*Work task*
From the entries that follow, copy each line containing the word "BuildSketch".

*Provided records*
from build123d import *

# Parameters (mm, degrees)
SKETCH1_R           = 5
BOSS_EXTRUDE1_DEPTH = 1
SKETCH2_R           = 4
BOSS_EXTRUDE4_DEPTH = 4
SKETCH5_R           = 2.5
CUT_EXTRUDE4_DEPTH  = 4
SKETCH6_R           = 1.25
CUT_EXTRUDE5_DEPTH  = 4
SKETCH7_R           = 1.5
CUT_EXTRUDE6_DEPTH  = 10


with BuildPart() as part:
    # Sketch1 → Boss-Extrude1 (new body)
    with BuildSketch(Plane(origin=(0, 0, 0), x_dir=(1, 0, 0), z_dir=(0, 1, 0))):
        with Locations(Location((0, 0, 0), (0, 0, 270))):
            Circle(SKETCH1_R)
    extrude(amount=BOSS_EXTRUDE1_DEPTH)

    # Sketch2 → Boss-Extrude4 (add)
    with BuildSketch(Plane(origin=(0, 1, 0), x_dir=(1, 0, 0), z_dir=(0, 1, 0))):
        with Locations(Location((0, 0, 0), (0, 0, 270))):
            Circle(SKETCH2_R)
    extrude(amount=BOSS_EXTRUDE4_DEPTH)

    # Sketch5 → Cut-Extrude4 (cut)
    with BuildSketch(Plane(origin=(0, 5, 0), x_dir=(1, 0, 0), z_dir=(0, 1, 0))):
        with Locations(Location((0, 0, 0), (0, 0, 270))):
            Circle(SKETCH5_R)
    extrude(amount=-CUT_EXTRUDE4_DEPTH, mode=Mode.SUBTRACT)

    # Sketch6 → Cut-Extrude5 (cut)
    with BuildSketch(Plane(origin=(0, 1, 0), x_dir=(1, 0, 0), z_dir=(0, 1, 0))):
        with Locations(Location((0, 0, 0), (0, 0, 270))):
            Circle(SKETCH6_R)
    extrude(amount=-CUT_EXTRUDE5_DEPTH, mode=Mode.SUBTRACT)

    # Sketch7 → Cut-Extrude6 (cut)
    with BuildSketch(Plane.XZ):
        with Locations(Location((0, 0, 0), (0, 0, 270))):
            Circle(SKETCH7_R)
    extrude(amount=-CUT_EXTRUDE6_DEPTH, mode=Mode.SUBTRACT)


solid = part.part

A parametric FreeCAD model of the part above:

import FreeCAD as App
import Part
import Sketcher

doc = App.newDocument("Part")
body = doc.addObject("PartDesign::Body", "Body")

sketch1 = body.newObject("Sketcher::SketchObject", "Sketch")
sketch1.AttachmentSupport = (doc.getObject("XZ_Plane"), [""])
sketch1.MapMode = "FlatFace"
sketch1.addGeometry(Part.Circle(App.Vector(0, 0, 0), App.Vector(0, 0, 1), 5), False)
sketch1.addConstraint(Sketcher.Constraint("Coincident", 0, 3, -1, 1))
sketch1.addConstraint(Sketcher.Constraint("Diameter", 0, 10.0))
pad1 = body.newObject("PartDesign::Pad", "Pad")
pad1.Profile = sketch1
pad1.Length = 1
pad1.Reversed = True

sketch2 = body.newObject("Sketcher::SketchObject", "Sketch001")
sketch2.AttachmentSupport = (doc.getObject("XZ_Plane"), [""])
sketch2.MapMode = "FlatFace"
sketch2.AttachmentOffset = App.Placement(App.Vector(0, 0, -1), App.Rotation())
sketch2.addGeometry(Part.Circle(App.Vector(0, 0, 0), App.Vector(0, 0, 1), 4), False)
sketch2.addConstraint(Sketcher.Constraint("Coincident", 0, 3, -1, 1))
sketch2.addConstraint(Sketcher.Constraint("Diameter", 0, 8.0))
pad2 = body.newObject("PartDesign::Pad", "Pad001")
pad2.Profile = sketch2
pad2.Length = 4
pad2.Reversed = True

sketch3 = body.newObject("Sketcher::SketchObject", "Sketch002")
sketch3.AttachmentSupport = (doc.getObject("XZ_Plane"), [""])
sketch3.MapMode = "FlatFace"
sketch3.AttachmentOffset = App.Placement(App.Vector(0, 0, -5), App.Rotation())
sketch3.addGeometry(Part.Circle(App.Vector(0, 0, 0), App.Vector(0, 0, 1), 2.5), False)
sketch3.addConstraint(Sketcher.Constraint("Coincident", 0, 3, -1, 1))
sketch3.addConstraint(Sketcher.Constraint("Diameter", 0, 5.0))
pocket1 = body.newObject("PartDesign::Pocket", "Pocket")
pocket1.Profile = sketch3
pocket1.Length = 4
pocket1.Reversed = True

sketch4 = body.newObject("Sketcher::SketchObject", "Sketch003")
sketch4.AttachmentSupport = (doc.getObject("XZ_Plane"), [""])
sketch4.MapMode = "FlatFace"
sketch4.AttachmentOffset = App.Placement(App.Vector(0, 0, -1), App.Rotation())
sketch4.addGeometry(Part.Circle(App.Vector(0, 0, 0), App.Vector(0, 0, 1), 1.25), False)
sketch4.addConstraint(Sketcher.Constraint("Coincident", 0, 3, -1, 1))
sketch4.addConstraint(Sketcher.Constraint("Diameter", 0, 2.5))
pocket2 = body.newObject("PartDesign::Pocket", "Pocket001")
pocket2.Profile = sketch4
pocket2.Length = 4
pocket2.Reversed = True

sketch5 = body.newObject("Sketcher::SketchObject", "Sketch004")
sketch5.AttachmentSupport = (doc.getObject("XZ_Plane"), [""])
sketch5.MapMode = "FlatFace"
sketch5.addGeometry(Part.Circle(App.Vector(0, 0, 0), App.Vector(0, 0, 1), 1.5), False)
sketch5.addConstraint(Sketcher.Constraint("Coincident", 0, 3, -1, 1))
sketch5.addConstraint(Sketcher.Constraint("Diameter", 0, 3.0))
pocket3 = body.newObject("PartDesign::Pocket", "Pocket002")
pocket3.Profile = sketch5
pocket3.Length = 10

doc.recompute()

*Reply*
    with BuildSketch(Plane(origin=(0, 0, 0), x_dir=(1, 0, 0), z_dir=(0, 1, 0))):
    with BuildSketch(Plane(origin=(0, 1, 0), x_dir=(1, 0, 0), z_dir=(0, 1, 0))):
    with BuildSketch(Plane(origin=(0, 5, 0), x_dir=(1, 0, 0), z_dir=(0, 1, 0))):
    with BuildSketch(Plane(origin=(0, 1, 0), x_dir=(1, 0, 0), z_dir=(0, 1, 0))):
    with BuildSketch(Plane.XZ):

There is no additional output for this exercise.